Very nice rest for Wade. Lost 5 pts of the lead since he left but the Beasley injury had something to do with that.


----------



## Wade County (Jun 22, 2003)

We dont have a turnover yet...random stat


----------



## NewAgeBaller (Jan 8, 2007)

Lol at Jax..


----------



## NewAgeBaller (Jan 8, 2007)

MB30 said:


> We dont have a turnover yet...random stat


You jinxed us *****! :laugh:


----------



## Wade County (Jun 22, 2003)

I knew that was gonna happen as soon as i posted it...


----------



## NewAgeBaller (Jan 8, 2007)

Mariooo for 333!!!


----------



## NewAgeBaller (Jan 8, 2007)

Did Joel just attempt a dream shake.. :laugh:


----------



## Wade2Bosh (Mar 31, 2004)

Thank you Joel for not trying to shoot right there :laugh:


----------



## Wade2Bosh (Mar 31, 2004)

Wade loves that Euro step.

Lead back up to 12 just like that.


----------



## paragraph 2.0 (Oct 18, 2008)

Didnt know we average the least turnoovers in the league :yay:

It's because of all the ball handlers we have. Even our bigs (Beasley and Marion) can handle the ball to some degree.


----------



## IbizaXL (Sep 21, 2005)

nice. i love it when we move the ball from side to side and find the open man.


----------



## Adam (Jan 28, 2003)

NewAgeBaller said:


> Mariooo for 333!!!


That happened because OKC tried to double Wade out at the 3 point line. They're getting desperate.


----------



## NewAgeBaller (Jan 8, 2007)

Congrats to KG on the ring.


----------



## Wade2Bosh (Mar 31, 2004)

Joel has played well but for some reason he just cant grab any rebounds.


----------



## IbizaXL (Sep 21, 2005)

Wade2Matrix said:


> Thank you Joel for not trying to shoot right there :laugh:


oh man, i actually had to hold my breath in that moment.


----------



## Wade2Bosh (Mar 31, 2004)

Mario picks up his 3rd.

That quick stop 3 just isnt his shot yet.


----------



## NewAgeBaller (Jan 8, 2007)

Diawara! :laugh:


Why do I feel the need to post a laughing smiley after every post regarding our bench players..


----------



## Wade2Bosh (Mar 31, 2004)

Damn, Banks is seriously in the dog house if Miami would rather have Wade playing PG instead of putting him in.


----------



## IbizaXL (Sep 21, 2005)

Wade2Matrix said:


> Damn, Banks is seriously in the dog house if Miami would rather have Wade playing PG instead of putting him in.

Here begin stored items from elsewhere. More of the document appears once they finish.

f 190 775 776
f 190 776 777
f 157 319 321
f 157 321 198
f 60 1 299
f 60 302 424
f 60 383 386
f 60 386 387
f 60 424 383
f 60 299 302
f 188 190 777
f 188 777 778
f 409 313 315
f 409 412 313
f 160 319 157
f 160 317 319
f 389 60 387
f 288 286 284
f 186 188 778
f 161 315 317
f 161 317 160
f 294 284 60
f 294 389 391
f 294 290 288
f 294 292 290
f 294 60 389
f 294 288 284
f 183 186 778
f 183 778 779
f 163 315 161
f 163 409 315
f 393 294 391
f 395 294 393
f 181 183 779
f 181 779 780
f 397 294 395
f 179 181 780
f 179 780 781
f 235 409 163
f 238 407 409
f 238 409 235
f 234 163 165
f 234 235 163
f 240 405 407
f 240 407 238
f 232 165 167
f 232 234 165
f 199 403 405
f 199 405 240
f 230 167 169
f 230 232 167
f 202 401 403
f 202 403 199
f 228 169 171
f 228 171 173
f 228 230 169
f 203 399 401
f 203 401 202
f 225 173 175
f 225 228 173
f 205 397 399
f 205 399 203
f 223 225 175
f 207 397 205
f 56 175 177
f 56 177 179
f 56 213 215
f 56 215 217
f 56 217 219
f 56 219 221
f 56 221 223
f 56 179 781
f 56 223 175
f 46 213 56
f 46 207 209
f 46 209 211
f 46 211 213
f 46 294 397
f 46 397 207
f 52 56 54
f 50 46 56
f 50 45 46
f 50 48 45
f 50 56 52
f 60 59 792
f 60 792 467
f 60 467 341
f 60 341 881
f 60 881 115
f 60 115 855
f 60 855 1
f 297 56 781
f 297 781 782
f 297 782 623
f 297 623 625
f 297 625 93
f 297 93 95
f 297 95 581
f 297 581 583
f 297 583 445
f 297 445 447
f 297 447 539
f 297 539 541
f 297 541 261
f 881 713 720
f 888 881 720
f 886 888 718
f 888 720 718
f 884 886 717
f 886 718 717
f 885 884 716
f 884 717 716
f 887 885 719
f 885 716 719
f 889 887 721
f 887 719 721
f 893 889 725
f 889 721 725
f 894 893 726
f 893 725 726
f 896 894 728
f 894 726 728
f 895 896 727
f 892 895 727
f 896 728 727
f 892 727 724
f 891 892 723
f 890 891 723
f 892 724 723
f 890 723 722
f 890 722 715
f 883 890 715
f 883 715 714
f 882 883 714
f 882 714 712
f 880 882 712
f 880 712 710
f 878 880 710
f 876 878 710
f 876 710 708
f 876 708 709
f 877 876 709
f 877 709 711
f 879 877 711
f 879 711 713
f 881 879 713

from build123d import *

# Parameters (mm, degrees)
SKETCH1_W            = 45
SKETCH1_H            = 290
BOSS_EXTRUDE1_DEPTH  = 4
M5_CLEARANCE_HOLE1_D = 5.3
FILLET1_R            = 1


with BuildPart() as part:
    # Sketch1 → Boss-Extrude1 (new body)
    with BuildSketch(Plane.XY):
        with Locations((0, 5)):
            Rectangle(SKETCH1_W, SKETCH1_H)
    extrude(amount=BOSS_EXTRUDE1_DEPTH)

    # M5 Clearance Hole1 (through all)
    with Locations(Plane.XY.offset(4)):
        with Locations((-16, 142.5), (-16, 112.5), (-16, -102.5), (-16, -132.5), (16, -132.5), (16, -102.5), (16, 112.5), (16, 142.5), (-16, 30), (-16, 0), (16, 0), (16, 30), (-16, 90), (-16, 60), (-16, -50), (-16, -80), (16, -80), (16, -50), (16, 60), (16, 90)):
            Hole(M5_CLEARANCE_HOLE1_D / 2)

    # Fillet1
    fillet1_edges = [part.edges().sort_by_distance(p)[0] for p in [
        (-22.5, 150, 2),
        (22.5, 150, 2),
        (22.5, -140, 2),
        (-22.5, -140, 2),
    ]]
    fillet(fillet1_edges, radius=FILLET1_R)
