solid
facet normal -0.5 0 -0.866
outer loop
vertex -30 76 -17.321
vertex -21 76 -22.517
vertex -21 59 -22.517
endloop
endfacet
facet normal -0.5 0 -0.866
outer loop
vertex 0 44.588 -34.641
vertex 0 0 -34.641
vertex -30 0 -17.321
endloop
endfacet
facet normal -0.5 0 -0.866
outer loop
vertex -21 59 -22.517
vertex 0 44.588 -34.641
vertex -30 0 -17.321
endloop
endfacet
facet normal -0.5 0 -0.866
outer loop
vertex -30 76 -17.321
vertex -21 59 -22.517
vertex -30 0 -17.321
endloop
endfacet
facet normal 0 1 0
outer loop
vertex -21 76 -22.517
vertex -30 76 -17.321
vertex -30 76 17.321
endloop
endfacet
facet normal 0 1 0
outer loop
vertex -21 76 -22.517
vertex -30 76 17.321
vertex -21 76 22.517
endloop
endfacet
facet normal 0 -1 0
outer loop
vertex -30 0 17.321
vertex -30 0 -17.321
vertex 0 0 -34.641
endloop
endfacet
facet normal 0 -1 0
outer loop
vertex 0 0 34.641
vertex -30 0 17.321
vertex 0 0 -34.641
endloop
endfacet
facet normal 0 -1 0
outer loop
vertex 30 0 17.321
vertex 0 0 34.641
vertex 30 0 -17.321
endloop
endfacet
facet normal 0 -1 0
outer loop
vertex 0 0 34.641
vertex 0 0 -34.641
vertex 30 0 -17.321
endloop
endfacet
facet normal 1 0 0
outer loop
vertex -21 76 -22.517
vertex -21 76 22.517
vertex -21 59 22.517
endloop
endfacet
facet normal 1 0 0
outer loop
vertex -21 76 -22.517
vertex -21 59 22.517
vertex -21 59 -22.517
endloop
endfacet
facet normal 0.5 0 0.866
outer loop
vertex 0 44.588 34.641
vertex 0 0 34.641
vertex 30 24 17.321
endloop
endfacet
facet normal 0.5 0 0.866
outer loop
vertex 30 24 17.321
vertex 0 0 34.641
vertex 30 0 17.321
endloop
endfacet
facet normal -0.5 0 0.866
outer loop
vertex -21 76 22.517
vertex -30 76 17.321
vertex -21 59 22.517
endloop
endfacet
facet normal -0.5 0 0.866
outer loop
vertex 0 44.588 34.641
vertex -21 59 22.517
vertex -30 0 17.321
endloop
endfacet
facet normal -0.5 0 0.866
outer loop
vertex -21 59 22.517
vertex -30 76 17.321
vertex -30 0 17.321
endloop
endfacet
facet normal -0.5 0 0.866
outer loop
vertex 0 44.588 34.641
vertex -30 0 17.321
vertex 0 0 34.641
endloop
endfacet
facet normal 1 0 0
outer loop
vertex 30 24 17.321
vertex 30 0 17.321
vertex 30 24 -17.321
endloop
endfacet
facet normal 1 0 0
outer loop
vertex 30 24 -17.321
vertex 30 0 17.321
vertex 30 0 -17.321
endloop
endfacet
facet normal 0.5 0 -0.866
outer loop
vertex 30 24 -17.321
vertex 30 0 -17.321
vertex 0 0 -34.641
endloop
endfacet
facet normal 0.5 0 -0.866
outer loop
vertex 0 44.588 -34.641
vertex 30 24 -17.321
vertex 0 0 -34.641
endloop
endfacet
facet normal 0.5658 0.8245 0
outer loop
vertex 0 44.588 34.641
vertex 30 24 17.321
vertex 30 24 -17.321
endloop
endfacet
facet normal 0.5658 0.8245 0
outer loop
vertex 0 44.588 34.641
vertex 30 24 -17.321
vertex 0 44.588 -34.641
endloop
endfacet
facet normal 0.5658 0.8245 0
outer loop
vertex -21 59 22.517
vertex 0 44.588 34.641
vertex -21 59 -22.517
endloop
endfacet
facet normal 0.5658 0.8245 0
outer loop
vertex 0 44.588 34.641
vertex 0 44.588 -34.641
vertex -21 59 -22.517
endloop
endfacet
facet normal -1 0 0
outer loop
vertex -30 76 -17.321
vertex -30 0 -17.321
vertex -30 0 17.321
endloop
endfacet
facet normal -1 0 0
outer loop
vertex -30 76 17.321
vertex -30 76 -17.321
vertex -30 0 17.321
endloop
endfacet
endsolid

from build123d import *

# Parameters (mm, degrees)
EXTRUDE_2_DEPTH     = 76
SKETCH_5_W          = 69.282032302
SKETCH_5_H          = 17
CUT_EXTRUDE_2_DEPTH = 51
SKETCH_7_W          = 79.816599869
SKETCH_7_H          = 73.41094556
CUT_EXTRUDE_3_DEPTH = 51


with BuildPart() as part:
    # 草图1 → 凸台-拉伸2 (new body)
    with BuildSketch(Plane(origin=(0, 0, 0), x_dir=(1, 0, 0), z_dir=(0, 1, 0))):
        Polygon((0, 34.641016151), (-30, 17.320508076), (-30, -17.320508076), (0, -34.641016151), (30, -17.320508076), (30, 17.320508076), align=None)
    extrude(amount=EXTRUDE_2_DEPTH)

    # 草图5 → 切除-拉伸2 (cut)
    with BuildSketch(Plane(origin=(30, 0, 0), x_dir=(0, 0, -1), z_dir=(1, 0, 0))):
        with Locations((0, 67.5)):
            Rectangle(SKETCH_5_W, SKETCH_5_H)
    extrude(amount=-CUT_EXTRUDE_2_DEPTH, mode=Mode.SUBTRACT)

    # 草图7 → 切除-拉伸3 (cut)
    with BuildSketch(Plane(origin=(20.8024046, 30.312075274, 0), x_dir=(-0.824513353, 0.565842497, 0), z_dir=(-0.565842497, -0.824513353, 0))):
        with Locations((10.791187789, -0.103687776)):
            Rectangle(SKETCH_7_W, SKETCH_7_H)
    extrude(amount=-CUT_EXTRUDE_3_DEPTH, mode=Mode.SUBTRACT)


solid = part.part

i think hes beyond that. and we're better off.


----------



## IbizaXL (Sep 21, 2005)

Wade iso that led to nothing?


----------



## Wade2Bosh (Mar 31, 2004)

So Wade at PG hasnt worked too well tonight.


----------



## Adam (Jan 28, 2003)

Quinny being out is really hurting us tonight.


----------



## Flash is the Future (May 12, 2006)

Were they just playing Womanizer? :laugh:


----------



## Adam (Jan 28, 2003)

****ing Violet Palmer blew the whistle before Wilcox even put the ball on the floor or Anthony touched him.


----------



## NewAgeBaller (Jan 8, 2007)

Wade is scoring too easy.. :worthy:


----------



## IbizaXL (Sep 21, 2005)

Wade is just doing whatever he wants out there.


----------



## IbizaXL (Sep 21, 2005)

Banks comes in for 8 seconds!!


----------



## Wade2Bosh (Mar 31, 2004)

59-54 Miami at the half

Wade with 25 already.

Westbrook has 17. He's really good and keeping them in this game.

Horrible D in that 2nd quarter though. This should be a blow out.

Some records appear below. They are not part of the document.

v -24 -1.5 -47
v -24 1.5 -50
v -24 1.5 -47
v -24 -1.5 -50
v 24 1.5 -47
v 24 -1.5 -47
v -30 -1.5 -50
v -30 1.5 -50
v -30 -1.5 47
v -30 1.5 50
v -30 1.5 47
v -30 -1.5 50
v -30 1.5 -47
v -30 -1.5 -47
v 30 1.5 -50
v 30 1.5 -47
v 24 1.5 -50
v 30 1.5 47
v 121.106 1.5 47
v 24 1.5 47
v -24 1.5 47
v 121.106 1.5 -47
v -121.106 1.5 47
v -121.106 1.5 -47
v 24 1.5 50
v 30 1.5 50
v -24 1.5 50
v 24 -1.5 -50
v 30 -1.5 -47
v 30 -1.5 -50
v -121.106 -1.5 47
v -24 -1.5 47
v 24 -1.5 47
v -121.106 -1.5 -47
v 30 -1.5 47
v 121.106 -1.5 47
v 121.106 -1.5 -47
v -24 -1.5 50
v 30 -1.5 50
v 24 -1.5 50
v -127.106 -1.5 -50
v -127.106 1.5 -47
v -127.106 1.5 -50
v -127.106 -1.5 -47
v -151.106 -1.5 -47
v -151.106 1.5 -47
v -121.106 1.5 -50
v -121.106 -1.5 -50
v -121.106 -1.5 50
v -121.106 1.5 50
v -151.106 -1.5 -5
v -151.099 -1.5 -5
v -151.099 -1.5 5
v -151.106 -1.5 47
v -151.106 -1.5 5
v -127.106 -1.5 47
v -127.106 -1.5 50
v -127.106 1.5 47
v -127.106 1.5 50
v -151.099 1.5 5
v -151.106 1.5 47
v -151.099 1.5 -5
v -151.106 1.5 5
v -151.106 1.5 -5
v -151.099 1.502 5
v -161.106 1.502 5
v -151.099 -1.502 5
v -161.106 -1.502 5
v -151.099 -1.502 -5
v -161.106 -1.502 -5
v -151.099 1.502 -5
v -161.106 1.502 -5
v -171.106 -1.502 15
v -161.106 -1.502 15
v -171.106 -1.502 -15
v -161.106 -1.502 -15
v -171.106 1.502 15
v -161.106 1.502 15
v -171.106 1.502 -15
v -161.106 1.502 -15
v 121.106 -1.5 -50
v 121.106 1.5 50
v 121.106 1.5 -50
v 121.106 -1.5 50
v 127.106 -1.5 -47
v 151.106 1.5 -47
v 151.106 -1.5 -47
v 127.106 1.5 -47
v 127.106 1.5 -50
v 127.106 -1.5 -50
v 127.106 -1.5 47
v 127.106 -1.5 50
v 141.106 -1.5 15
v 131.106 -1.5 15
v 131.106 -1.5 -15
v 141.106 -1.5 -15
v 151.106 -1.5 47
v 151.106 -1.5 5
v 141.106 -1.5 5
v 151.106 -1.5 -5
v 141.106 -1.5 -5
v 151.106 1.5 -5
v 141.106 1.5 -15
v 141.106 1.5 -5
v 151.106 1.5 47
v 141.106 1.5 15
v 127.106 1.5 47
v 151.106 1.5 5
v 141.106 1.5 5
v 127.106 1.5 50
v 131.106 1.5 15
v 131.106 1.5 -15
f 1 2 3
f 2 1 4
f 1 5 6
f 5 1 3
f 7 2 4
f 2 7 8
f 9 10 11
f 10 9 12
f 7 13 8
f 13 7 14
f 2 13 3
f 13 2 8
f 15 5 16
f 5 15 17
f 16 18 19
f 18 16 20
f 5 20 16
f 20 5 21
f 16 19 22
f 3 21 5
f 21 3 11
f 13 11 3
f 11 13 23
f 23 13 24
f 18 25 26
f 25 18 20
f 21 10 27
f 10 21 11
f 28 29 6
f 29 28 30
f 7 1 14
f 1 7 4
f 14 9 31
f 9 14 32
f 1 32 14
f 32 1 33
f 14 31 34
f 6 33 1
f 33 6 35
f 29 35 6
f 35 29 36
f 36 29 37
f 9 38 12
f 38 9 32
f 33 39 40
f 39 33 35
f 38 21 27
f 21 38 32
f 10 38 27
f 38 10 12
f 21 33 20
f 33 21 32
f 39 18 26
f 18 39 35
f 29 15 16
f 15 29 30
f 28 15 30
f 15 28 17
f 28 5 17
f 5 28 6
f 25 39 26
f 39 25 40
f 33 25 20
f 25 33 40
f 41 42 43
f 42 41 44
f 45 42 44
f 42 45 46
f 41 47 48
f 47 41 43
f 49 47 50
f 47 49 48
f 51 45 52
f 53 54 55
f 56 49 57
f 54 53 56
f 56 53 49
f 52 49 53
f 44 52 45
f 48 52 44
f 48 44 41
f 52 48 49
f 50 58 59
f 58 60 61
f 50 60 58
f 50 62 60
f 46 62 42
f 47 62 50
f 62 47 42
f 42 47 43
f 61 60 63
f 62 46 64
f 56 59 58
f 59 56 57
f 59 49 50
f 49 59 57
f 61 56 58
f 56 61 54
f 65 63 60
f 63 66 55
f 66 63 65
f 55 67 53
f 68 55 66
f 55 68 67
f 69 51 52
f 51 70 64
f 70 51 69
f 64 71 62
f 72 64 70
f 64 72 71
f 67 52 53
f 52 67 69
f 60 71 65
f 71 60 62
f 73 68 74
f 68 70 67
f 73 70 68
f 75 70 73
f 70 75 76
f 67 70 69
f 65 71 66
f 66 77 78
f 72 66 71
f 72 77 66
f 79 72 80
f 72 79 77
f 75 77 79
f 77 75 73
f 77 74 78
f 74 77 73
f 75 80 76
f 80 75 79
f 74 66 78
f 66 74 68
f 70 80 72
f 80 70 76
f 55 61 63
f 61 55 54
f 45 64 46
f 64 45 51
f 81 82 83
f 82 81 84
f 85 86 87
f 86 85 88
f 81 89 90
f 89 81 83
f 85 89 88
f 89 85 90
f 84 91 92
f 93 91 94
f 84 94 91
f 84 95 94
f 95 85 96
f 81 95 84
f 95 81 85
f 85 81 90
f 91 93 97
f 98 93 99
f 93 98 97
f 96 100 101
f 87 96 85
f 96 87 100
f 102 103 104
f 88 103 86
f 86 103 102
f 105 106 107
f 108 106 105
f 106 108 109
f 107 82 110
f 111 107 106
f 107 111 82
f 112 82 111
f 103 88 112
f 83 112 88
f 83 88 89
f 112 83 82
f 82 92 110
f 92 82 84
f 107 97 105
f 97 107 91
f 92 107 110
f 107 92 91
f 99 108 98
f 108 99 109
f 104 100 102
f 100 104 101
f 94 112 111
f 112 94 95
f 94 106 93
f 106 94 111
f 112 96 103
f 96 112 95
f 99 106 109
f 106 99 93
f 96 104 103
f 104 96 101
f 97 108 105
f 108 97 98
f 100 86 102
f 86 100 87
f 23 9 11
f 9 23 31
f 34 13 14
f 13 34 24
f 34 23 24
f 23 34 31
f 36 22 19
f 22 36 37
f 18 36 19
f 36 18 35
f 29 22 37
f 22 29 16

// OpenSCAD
// file: wall-anchor.scad
/**
 * The anchor is the structure
 * on the back side of the box
 * which holds together the
 * two ends of the wall.
 */

include <measures.scad>;

module wall_anchor()
{
    // horizontal
    translate([
        anchor_length/2-nothing,
        0,
        0
        ])
    cube([
        anchor_length+nothing,
        material_z+nothing,
        anchor_width
        ], center=true);

    // vertical
    translate([
        +anchor_length-anchor_width/2,
        0,
        0
        ])
    cube([
        anchor_width,
        material_z+nothing,
        anchor_height
        ], center=true);
}

wall_anchor();
// file: wall-back-female.scad
include <measures.scad>;
use <wall-front.scad>;
use <wall-anchor.scad>;

module wall_nose()
{
    cube([
        nose_width,
        material_z,
        material_z
        ], center=true);
}

module wall_back_female()
{
    difference()
    {
        // base material
        translate([
            +rect_x/4,
            0,
            0
            ])
        cube([
            rect_x/2,
            material_z,
            wall_z
            ], center=true);

        wall_anchor();
    }

    // noses to top and bottom
    wall_noses_right();
}

wall_back_female();
// file: wall-back-male.scad
include <measures.scad>;
use <wall-front.scad>;
use <wall-anchor.scad>;

module wall_back_male()
{
    // base material
    translate([
        -rect_x/4,
        0,
        0
        ])
    cube([
        rect_x/2,
        material_z,
        wall_z
        ], center=true);

    // noses to top and bottom
    wall_noses_left();

    // anchor
    wall_anchor(anchor_width);
}

wall_back_male();
// file: wall-front.scad
include <measures.scad>;

module wall_noses(x)
{
    for (z=[
        -wall_z/2-nose_z/2,
        +wall_z/2+nose_z/2
        ])
    {
        translate([
            x,
            0,
            z
            ])
        cube([
            nose_x,
            material_z,
            nose_z
            ], center=true);
    }
}

module wall_noses_left()
{
    wall_noses(-rect_x/2+nose_x/2);
}

module wall_noses_right()
{
    wall_noses(+rect_x/2-nose_x/2);
}

module wall_front()
{
    // base material
    cube([
        rect_x,
        material_z,
        wall_z
        ], center=true);

    // noses to top and bottom
    wall_noses_left();
    wall_noses_right();
}

wall_front();
// file: measures.scad
/**
 * Pencil box configuration
 * All measures in millimeters
 */

// rendering parameters
$fn = 200;
nothing = 0.005;

// material to cut from
material_x = 350;
material_y = 180;
material_z = 3;

// total size of the box
box_x = 130;
box_y = 70;
box_z = 100;

// measures of the two half circles left and right
curvature_y = box_y;
curvature_x = curvature_y/2;

// measure of rectangle between half circles
rect_x = box_x - 2*curvature_x;
rect_y = box_y;

top_opening_inset = 5.7*material_z;

wall_z = box_z - 2*material_z;

// distance between wall and outer edge
wall_inset = material_z;

curve_radius = box_y/2 - wall_inset - material_z;
curve_length = curve_radius*PI;

// total wall length without anchor
wall_length = 2*rect_x + 2*curve_length;

// nose properties
nose_x = 2*material_z;
nose_z = material_z;

// anchor
anchor_width = 10;
anchor_height = 30;
anchor_length = 20;

// for preview
pillar_count = 20;
pillar_angle = 180 / (pillar_count-1);
pillar_width = 4;

part_spacing = 1;
// main file
include <measures.scad>;
use <wall-front.scad>;
use <wall-back-male.scad>;
use <wall-back-female.scad>;

module wall_curved_area()
{
    cube([
        curve_length,
        material_z,
        wall_z
        ], center=true);
}

module wall()
{
    wall_front();

    // flattened curve left
    translate([
        -rect_x/2-curve_length/2,
        0,
        0
        ])
    wall_curved_area();

    // flattened curve right
    translate([
        +rect_x/2+curve_length/2,
        0,
        0
        ])
    wall_curved_area();

    // male anchor end
    translate([
        -rect_x-curve_length,
        0,
        0
        ])
    rotate(180)
    wall_back_male();

    // female anchor end
    translate([
        +rect_x+curve_length,
        0,
        0
        ])
    rotate(180)
    wall_back_female();
}

wall();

Hopefully Beasley is able to go in the 2nd half.


----------



## NewAgeBaller (Jan 8, 2007)

Lol at Spo putting Banks in with 8 seconds to play..


----------



## Adam (Jan 28, 2003)

Ugh, I guess we didn't have a timeout to advance that ball. Sloppy defense in that 2nd quarter.


----------



## NewAgeBaller (Jan 8, 2007)

IbizaXL said:


> Wade is just doing whatever he wants out there.


Pretty much.. :laugh:


----------



## IbizaXL (Sep 21, 2005)

Its so much better watching a Heat game on TV. At home or anywhere else. Im not sure if its the same thing in other arenas, but the stupid music, rhythms and sound effects they constantly play in AAA drives me insane.


----------



## Wade County (Jun 22, 2003)

Banks may actually be a good matchup for Westbrook...but if it means we have to deal with his chucking, forget about it.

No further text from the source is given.